I have good luck keeping mine in the freezer. This is from Lalvin's site:



> You are right; we had stated in our old technical data sheet that dry
> yeast should not be frozen. However in the last 3 years we had a project
> running to optimize storage conditions for dried yeast. We stored several
> lots of vacuum packed dried yeast at room temperature, in a refrigerator
> and in a freezer and determined viability, vitality and fermentation
> performance every 3 month for two years. The results indicated that freezing
> the yeast does not harm the yeast but is even better than storing the yeast
> at room temperature. BUT for all storage temperatures it is very important
> that the yeast is still vacuum sealed. Air/oxygen is doing more damage to the
> yeast than any difference in storage temperature.


----------



## Luc

I have stored yeast in the fridge for more as 2 year without any problems.

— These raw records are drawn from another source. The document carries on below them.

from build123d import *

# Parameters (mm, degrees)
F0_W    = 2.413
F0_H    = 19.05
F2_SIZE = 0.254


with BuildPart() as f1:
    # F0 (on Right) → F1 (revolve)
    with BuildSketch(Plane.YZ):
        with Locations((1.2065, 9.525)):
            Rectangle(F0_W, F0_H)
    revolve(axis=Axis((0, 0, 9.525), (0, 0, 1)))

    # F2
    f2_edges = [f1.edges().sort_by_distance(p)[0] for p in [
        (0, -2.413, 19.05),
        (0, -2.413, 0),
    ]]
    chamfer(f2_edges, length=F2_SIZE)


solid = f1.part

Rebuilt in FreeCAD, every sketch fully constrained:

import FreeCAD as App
import Part
import Sketcher
Q = App.Units.Quantity


def edges_at(feature, points):
    """Names of the edges that pass closest to the given points."""
    edges = feature.Shape.Edges
    near = lambda p: min(range(len(edges)), key=lambda i: edges[i].distToShape(Part.Vertex(*p))[0])
    return sorted({f"Edge{near(p) + 1}" for p in points})

doc = App.newDocument("Part")
body = doc.addObject("PartDesign::Body", "Body")

sketch1 = doc.addObject("Sketcher::SketchObject", "Sketch")
body.addObject(sketch1)
sketch1.AttachmentSupport = (doc.YZ_Plane, [""])
sketch1.MapMode = "FlatFace"
sketch1.addGeometry([
    Part.LineSegment(App.Vector(0, 19.05, 0), App.Vector(0, 0, 0)),
    Part.LineSegment(App.Vector(0, 0, 0), App.Vector(2.413, 0, 0)),
    Part.LineSegment(App.Vector(2.413, 0, 0), App.Vector(2.413, 19.05, 0)),
    Part.LineSegment(App.Vector(2.413, 19.05, 0), App.Vector(0, 19.05, 0)),
], False)
sketch1.addConstraint([
    Sketcher.Constraint("Coincident", 0, 2, 1, 1),
    Sketcher.Constraint("Coincident", 1, 2, 2, 1),
    Sketcher.Constraint("Coincident", 2, 2, 3, 1),
    Sketcher.Constraint("Coincident", 3, 2, 0, 1),
    Sketcher.Constraint("Vertical", 0),
    Sketcher.Constraint("Horizontal", 1),
    Sketcher.Constraint("Vertical", 2),
    Sketcher.Constraint("Horizontal", 3),
    Sketcher.Constraint("Coincident", 0, 2, -1, 1),
    Sketcher.Constraint("DistanceY", 0, 2, 0, 1, Q("0.75 in")),
    Sketcher.Constraint("DistanceX", 1, 1, 1, 2, Q("0.095 in")),
])
revolution = doc.addObject("PartDesign::Revolution", "Revolution")
body.addObject(revolution)
revolution.Profile = sketch1
revolution.ReferenceAxis = (sketch1, ["V_Axis"])
revolution.Angle = 360
doc.recompute()

chamfer = doc.addObject("PartDesign::Chamfer", "Chamfer")
body.addObject(chamfer)
chamfer.Base = (revolution, edges_at(revolution, [(0, -2.413, 19.05), (0, -2.413, 0)]))
chamfer.Size = Q("0.01 in")

doc.recompute()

But just to make sure: Always make a yeast starter:
http://www.wijnmaker.blogspot.nl/2007/08/gist-starter-yeast-starter.html

Luc


----------



## Runningwolf

I also keep mine in the freezer and always use a yeast starter as Luc mentions.


----------



## Redskins

Thanks everyone, they came in the mail last night and the expiration isnt until 2015.


----------



## reefman

Speaking of Lalvin EC 1118, what is the temperature range for this yeast to be active. I posted this question elsewhere, because I have a batch of Candy Cane that stopped fermenting at 1.100.
My room temp. has been 61-62 f for about two months, and my CC batch stopped about a month ago.


----------



## oldwhiskers

Check the link below for the yeast characteristics.

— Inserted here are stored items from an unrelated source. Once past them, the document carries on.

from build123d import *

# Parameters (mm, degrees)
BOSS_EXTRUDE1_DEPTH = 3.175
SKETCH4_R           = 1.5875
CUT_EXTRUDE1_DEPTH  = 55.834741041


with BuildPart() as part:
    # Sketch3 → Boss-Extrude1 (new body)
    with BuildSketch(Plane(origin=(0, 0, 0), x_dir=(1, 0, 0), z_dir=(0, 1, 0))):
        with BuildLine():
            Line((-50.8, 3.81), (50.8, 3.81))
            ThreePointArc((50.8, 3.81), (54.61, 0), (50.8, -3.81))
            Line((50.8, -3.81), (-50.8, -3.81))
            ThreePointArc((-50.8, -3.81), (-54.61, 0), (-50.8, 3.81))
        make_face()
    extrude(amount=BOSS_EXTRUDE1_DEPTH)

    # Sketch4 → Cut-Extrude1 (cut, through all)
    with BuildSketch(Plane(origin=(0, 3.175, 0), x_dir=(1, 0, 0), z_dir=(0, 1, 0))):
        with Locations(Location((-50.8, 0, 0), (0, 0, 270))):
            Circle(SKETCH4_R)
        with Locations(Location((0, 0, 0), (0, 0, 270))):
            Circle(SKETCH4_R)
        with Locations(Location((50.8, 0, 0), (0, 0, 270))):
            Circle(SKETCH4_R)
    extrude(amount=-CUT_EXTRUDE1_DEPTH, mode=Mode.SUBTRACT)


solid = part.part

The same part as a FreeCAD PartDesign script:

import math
import FreeCAD as App
import Part
import Sketcher

V = App.Vector
Q = App.Units.Quantity

doc = App.newDocument("Part")
params = doc.addObject("Spreadsheet::Sheet", "Params")
for row, (alias, value) in enumerate([
    ("sketch1_width", "4 in"),
    ("sketch1_radius", "0.15 in"),
    ("pad1_length", "0.125 in"),
    ("sketch2_diameter", "0.125 in"),
], start=1):
    params.set(f"A{row}", alias)
    params.set(f"B{row}", "=" + value)
    params.setAlias(f"B{row}", alias)

body = doc.addObject("PartDesign::Body", "Body")

sketch1 = doc.addObject("Sketcher::SketchObject", "Sketch")
body.addObject(sketch1)
sketch1.AttachmentSupport = (doc.XZ_Plane, [""])
sketch1.MapMode = "FlatFace"
sketch1.addGeometry([
    Part.LineSegment(V(50.8, -3.8, 0), V(-50.8, -3.8, 0)),
    Part.ArcOfCircle(Part.Circle(V(-50.8, 0, 0), V(0, 0, 1), 3.8), math.radians(90), math.radians(270)),
    Part.LineSegment(V(-50.8, 3.8, 0), V(50.8, 3.8, 0)),
    Part.ArcOfCircle(Part.Circle(V(50.8, 0, 0), V(0, 0, 1), 3.8), math.radians(-90), math.radians(90)),
], False)
sketch1.addConstraint([
    Sketcher.Constraint("Tangent", 0, 2, 1, 2),
    Sketcher.Constraint("Tangent", 1, 1, 2, 1),
    Sketcher.Constraint("Tangent", 2, 2, 3, 2),
    Sketcher.Constraint("Tangent", 3, 1, 0, 1),
    Sketcher.Constraint("Horizontal", 0),
    Sketcher.Constraint("Horizontal", 2),
    Sketcher.Constraint("Symmetric", 1, 3, 3, 3, -1, 1),
    Sketcher.Constraint("DistanceX", 0, 2, 0, 1, Q("4 in")),
    Sketcher.Constraint("Radius", 1, Q("0.15 in")),
])
sketch1.setExpression("Constraints[7]", "Params.sketch1_width")
sketch1.setExpression("Constraints[8]", "Params.sketch1_radius")
pad1 = doc.addObject("PartDesign::Pad", "Pad")
body.addObject(pad1)
pad1.Profile = sketch1
pad1.setExpression("Length", "Params.pad1_length")
pad1.Reversed = True

sketch2 = doc.addObject("Sketcher::SketchObject", "Sketch001")
body.addObject(sketch2)
sketch2.AttachmentSupport = (doc.XZ_Plane, [""])
sketch2.MapMode = "FlatFace"
sketch2.AttachmentOffset = App.Placement(V(0, 0, -0.125 * 25.4), App.Rotation())
sketch2.addGeometry([
    Part.Circle(V(-50.8, 0, 0), V(0, 0, 1), 1.6),
    Part.Circle(V(0, 0, 0), V(0, 0, 1), 1.6),
    Part.Circle(V(50.8, 0, 0), V(0, 0, 1), 1.6),
], False)
sketch2.addConstraint([
    Sketcher.Constraint("Coincident", 1, 3, -1, 1),
    Sketcher.Constraint("Equal", 0, 1),
    Sketcher.Constraint("Equal", 1, 2),
    Sketcher.Constraint("Symmetric", 0, 3, 2, 3, -1, 1),
    Sketcher.Constraint("PointOnObject", 0, 3, -1),
    Sketcher.Constraint("Diameter", 0, Q("0.125 in")),
    Sketcher.Constraint("DistanceX", 0, 3, -1, 1, Q("2 in")),
])
sketch2.setExpression("Constraints[5]", "Params.sketch2_diameter")
pocket1 = doc.addObject("PartDesign::Pocket", "Pocket")
body.addObject(pocket1)
pocket1.Profile = sketch2
pocket1.Type = "ThroughAll"
pocket1.Reversed = True

doc.recompute()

http://www.lallemandwine.us/products/yeast_chart.php


----------



## cpfan

reefman said:


> Speaking of Lalvin EC 1118, what is the temperature range for this yeast to be active. I posted this question elsewhere, because I have a batch of Candy Cane that stopped fermenting at 1.100.
> My room temp. has been 61-62 f for about two months, and my CC batch stopped about a month ago.


 
61-62F is pretty low, but I believe that EC-1118 will continue fermenting, but probably very slowly.

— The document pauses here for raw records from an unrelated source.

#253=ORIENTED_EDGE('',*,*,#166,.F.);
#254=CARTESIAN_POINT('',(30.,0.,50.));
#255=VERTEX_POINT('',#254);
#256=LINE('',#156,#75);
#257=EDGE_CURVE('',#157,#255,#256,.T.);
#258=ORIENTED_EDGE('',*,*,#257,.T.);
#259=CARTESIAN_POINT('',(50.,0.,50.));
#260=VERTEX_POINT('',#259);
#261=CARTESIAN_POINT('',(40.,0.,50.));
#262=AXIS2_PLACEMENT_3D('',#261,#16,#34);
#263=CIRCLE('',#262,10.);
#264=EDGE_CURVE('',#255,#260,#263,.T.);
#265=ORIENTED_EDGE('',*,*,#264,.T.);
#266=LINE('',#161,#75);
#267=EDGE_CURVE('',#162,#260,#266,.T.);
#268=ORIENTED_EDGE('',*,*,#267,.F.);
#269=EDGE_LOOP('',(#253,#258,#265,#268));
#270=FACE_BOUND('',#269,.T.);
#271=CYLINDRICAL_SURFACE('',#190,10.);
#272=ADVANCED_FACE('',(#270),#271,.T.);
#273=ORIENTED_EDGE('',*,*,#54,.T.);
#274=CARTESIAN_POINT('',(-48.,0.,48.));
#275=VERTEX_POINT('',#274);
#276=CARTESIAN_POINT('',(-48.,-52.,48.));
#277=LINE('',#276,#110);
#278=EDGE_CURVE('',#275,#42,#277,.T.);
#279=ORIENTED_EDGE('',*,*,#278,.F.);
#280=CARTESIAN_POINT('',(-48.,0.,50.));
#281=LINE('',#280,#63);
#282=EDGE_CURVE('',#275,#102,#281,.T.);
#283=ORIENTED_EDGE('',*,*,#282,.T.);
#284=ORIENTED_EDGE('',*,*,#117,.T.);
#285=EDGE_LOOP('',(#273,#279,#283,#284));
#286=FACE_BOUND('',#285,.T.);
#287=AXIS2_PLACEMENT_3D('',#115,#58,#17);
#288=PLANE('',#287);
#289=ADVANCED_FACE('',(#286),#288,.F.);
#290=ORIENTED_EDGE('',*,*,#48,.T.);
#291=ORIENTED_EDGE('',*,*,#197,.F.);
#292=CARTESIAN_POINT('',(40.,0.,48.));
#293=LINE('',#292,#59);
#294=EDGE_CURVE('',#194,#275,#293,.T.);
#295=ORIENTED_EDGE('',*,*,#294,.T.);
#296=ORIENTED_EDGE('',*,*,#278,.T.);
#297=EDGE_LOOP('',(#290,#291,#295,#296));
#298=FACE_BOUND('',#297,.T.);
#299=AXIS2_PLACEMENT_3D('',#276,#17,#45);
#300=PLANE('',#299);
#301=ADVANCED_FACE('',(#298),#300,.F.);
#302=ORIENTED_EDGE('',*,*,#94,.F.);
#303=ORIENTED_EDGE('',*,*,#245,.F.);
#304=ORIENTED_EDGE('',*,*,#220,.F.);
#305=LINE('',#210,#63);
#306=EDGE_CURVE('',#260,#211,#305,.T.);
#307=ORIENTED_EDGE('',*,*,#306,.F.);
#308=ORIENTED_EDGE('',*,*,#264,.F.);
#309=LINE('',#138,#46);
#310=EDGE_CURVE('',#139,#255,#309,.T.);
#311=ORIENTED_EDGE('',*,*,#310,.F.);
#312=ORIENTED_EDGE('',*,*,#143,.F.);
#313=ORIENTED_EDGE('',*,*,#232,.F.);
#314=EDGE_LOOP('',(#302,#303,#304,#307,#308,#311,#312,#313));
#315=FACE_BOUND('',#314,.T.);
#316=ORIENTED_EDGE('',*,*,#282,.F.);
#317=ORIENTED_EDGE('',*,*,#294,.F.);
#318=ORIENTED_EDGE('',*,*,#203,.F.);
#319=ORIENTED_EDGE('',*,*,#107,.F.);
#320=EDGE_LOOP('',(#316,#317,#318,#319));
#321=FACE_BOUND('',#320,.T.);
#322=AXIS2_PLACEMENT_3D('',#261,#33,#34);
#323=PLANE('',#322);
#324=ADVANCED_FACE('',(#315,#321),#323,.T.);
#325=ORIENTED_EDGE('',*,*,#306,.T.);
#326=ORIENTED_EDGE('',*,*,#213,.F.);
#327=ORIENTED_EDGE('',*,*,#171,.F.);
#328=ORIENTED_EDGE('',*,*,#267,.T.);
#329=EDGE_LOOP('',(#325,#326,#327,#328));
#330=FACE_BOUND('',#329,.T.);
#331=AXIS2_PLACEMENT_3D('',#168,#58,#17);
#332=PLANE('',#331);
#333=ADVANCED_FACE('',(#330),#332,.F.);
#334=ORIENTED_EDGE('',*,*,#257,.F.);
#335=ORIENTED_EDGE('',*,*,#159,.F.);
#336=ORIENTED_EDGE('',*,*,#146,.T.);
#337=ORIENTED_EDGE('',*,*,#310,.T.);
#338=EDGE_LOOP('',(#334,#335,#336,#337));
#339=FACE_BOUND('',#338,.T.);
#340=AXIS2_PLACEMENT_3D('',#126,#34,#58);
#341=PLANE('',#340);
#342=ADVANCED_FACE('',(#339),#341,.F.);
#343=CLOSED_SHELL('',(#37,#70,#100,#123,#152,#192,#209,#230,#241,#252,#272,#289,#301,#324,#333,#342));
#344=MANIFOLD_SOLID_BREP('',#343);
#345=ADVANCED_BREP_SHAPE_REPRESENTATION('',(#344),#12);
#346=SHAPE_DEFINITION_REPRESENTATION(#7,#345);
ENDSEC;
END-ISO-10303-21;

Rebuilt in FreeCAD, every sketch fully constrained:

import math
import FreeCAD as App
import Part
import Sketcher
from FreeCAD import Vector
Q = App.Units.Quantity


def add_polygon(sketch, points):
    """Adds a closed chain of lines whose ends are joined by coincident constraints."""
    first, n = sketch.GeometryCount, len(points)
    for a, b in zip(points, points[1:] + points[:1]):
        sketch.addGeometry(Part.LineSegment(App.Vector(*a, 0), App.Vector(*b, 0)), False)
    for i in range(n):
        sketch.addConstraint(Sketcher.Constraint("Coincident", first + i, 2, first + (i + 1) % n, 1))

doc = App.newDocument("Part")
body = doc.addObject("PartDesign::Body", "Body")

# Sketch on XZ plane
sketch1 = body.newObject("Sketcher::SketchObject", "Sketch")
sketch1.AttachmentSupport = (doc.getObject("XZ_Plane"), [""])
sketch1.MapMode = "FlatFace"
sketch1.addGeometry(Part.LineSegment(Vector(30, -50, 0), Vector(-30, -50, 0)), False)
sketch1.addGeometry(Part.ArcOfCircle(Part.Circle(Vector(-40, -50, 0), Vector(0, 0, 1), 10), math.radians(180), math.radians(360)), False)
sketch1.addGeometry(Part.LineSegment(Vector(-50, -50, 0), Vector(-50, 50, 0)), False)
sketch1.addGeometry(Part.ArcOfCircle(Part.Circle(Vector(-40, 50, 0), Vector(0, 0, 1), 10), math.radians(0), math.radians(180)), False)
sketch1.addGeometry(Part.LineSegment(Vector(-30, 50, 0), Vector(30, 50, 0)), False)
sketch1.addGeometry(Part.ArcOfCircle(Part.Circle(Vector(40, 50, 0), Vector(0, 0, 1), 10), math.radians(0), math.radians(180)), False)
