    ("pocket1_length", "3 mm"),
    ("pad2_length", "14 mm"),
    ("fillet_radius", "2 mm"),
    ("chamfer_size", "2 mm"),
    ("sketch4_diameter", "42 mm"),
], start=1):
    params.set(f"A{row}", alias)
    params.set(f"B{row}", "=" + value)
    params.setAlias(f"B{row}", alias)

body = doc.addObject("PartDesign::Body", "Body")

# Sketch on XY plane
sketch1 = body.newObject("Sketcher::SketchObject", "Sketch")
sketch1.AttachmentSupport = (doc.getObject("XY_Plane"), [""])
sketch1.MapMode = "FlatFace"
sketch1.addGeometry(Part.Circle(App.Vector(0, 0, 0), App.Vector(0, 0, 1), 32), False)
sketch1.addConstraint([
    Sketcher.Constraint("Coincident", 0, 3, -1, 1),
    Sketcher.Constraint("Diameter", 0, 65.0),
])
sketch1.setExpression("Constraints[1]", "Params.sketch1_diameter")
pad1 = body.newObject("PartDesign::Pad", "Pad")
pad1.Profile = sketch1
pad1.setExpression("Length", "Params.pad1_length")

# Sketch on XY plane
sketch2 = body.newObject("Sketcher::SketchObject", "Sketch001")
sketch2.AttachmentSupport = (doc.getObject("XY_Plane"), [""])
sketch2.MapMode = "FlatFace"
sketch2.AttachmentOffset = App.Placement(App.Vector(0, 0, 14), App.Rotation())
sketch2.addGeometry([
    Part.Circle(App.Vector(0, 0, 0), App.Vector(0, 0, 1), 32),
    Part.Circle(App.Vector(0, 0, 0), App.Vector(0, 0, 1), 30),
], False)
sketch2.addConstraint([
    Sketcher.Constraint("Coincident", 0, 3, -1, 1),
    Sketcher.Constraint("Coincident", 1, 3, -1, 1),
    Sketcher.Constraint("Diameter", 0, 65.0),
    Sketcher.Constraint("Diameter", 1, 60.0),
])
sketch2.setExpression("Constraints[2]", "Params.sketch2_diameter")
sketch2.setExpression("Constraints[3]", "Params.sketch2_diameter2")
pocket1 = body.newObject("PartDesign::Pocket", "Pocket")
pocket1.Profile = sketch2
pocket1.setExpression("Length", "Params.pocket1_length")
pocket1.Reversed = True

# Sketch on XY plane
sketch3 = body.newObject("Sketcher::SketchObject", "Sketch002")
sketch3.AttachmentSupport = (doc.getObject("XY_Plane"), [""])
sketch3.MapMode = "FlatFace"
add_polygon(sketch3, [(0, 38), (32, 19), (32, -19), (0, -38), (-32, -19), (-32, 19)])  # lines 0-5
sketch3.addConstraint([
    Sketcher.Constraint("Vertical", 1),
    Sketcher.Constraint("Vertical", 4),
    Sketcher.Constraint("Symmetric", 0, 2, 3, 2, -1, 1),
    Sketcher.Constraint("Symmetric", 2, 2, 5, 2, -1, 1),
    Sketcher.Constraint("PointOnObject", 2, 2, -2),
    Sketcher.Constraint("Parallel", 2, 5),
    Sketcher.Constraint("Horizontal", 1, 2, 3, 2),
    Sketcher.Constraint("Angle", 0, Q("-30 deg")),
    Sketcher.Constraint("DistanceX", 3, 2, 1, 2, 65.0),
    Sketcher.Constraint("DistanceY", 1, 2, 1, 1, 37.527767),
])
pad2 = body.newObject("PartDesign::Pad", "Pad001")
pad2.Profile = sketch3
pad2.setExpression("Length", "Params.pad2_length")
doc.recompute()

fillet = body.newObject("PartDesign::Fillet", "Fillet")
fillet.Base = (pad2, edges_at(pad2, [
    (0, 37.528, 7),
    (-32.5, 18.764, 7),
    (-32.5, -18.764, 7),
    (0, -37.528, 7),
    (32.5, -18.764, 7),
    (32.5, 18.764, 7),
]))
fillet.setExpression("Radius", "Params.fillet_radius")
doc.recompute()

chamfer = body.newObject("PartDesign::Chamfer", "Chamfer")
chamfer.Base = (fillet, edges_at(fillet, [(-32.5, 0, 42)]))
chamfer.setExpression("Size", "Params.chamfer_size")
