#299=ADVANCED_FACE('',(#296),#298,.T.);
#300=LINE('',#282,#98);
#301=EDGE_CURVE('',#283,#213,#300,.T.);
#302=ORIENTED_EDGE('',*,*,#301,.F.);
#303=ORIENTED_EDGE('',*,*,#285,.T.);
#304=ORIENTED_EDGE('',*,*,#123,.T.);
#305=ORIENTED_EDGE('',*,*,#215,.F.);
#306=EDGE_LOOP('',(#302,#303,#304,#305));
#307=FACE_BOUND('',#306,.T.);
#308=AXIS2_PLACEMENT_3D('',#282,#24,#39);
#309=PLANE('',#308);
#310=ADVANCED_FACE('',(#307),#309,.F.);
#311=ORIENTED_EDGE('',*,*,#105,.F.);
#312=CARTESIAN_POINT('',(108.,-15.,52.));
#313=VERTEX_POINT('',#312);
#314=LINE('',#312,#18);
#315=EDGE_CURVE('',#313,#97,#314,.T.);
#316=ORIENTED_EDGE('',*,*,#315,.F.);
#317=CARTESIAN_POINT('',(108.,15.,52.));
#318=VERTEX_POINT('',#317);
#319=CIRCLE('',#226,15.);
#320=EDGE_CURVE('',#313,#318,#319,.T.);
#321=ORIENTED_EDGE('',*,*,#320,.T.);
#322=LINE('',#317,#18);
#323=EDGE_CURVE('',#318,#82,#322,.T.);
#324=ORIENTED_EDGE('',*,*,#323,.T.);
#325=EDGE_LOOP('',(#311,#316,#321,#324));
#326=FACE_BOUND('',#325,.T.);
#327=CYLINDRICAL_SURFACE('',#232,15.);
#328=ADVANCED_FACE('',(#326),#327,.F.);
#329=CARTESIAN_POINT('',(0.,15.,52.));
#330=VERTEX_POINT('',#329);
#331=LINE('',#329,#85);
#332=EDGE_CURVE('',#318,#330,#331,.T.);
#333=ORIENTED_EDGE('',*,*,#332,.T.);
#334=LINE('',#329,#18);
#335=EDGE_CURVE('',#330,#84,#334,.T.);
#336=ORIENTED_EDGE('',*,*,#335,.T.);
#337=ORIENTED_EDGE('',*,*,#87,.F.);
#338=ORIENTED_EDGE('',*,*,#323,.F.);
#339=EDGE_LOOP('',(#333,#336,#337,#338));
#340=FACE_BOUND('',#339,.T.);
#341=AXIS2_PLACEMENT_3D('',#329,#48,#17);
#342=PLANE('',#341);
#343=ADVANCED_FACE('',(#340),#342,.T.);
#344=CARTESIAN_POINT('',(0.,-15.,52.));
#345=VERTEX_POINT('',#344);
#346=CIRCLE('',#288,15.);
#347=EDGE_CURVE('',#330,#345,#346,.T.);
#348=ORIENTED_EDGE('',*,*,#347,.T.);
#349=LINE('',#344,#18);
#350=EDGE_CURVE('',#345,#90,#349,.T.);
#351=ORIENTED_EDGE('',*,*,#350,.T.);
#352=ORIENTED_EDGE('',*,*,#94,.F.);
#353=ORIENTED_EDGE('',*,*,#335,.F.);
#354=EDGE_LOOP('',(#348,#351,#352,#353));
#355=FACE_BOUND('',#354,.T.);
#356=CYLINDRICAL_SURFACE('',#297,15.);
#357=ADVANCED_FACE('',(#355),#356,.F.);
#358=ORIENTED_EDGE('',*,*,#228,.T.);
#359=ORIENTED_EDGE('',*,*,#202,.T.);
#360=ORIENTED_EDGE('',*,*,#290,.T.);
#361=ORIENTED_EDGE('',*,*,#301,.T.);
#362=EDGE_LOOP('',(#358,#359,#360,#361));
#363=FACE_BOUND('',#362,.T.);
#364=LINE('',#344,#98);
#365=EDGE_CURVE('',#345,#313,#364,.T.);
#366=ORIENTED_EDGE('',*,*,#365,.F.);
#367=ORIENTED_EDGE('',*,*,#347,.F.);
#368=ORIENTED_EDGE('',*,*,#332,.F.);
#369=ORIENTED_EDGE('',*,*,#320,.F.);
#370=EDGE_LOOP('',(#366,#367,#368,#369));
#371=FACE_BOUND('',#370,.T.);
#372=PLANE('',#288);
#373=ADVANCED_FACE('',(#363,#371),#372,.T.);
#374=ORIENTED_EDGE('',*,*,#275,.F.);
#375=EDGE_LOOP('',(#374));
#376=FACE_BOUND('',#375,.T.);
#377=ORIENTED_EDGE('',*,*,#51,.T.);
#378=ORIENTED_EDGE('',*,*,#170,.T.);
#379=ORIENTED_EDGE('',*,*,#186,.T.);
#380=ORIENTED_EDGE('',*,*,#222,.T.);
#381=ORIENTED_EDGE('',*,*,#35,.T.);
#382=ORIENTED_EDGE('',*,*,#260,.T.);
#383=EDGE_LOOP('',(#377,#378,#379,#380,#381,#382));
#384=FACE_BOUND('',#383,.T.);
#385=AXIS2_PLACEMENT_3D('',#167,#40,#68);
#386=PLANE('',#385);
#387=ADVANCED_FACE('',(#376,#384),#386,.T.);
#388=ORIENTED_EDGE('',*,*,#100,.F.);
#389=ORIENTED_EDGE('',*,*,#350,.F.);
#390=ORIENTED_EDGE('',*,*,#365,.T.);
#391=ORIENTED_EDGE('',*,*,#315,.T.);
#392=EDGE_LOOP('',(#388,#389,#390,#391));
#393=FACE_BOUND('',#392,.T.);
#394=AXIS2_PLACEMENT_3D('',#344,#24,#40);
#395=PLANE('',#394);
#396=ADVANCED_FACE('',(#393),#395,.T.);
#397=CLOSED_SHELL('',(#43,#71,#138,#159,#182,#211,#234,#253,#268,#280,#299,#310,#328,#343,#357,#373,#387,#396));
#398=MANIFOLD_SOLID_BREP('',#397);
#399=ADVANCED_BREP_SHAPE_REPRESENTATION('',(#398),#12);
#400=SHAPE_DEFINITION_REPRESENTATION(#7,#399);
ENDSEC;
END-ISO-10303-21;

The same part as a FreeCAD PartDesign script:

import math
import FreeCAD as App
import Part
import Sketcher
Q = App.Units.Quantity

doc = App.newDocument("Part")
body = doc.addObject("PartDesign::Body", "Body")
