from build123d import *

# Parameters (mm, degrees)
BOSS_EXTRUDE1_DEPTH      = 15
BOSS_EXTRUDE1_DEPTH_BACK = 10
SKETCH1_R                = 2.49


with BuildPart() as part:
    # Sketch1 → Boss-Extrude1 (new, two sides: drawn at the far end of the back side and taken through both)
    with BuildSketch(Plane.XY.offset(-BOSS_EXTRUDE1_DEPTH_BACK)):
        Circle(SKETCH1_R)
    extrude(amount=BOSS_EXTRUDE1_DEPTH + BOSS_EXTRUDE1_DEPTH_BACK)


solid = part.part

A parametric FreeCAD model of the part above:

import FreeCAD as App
import Part
import Sketcher
from FreeCAD import Vector

doc = App.newDocument("Part")
body = doc.addObject("PartDesign::Body", "Body")

sketch1 = doc.addObject("Sketcher::SketchObject", "Sketch")
body.addObject(sketch1)
sketch1.AttachmentSupport = (doc.XY_Plane, [""])
sketch1.MapMode = "FlatFace"
sketch1.addGeometry(Part.Circle(Vector(0, 0, 0), Vector(0, 0, 1), 2.5), False)
sketch1.addConstraint([
    Sketcher.Constraint("Coincident", 0, 3, -1, 1),
    Sketcher.Constraint("Diameter", 0, 4.98),
])
pad1 = doc.addObject("PartDesign::Pad", "Pad")
body.addObject(pad1)
pad1.Profile = sketch1
pad1.Type = "TwoLengths"
pad1.Length = 15
pad1.Length2 = 10

doc.recompute()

BTW, if it has stopped at 1.100, what did it start at? Most wines *start below* 1.100.

Steve


----------



## jswordy

I've had yeast that was 18 months old, and I'm a sprinkler, and never had trouble. I keep it in the fridge.


----------



## reefman

sorry, that was a typo. It stopped at 1.010...started at 1.080


----------



## reefman

oldwhiskers said:


> Check the link below for the yeast characteristics.
> 
> http://www.lallemandwine.us/products/yeast_chart.php


Thanks,
That helps. At least the yeast will ferment down to 50F


----------



## ShtWine

You really don't need to do a starter with freeze dried yeast, Lalvin rec's it, but I dont think red star does...

http://www.lalvinyeast.com/faq.asp

Red Star Bakers Yeast:
It is not necessary to dissolve the dry yeast before using it. Some bakers like to do this, because it gives the yeast a "good start" - the yeast feeds on the sugar allowing it to become very active 

http://www.redstaryeast.com/tips-troubleshooting/frequently-asked-questions

Red Star Wine Yeast (FAQ under condstruction)

http://www.fermentis.com/


----------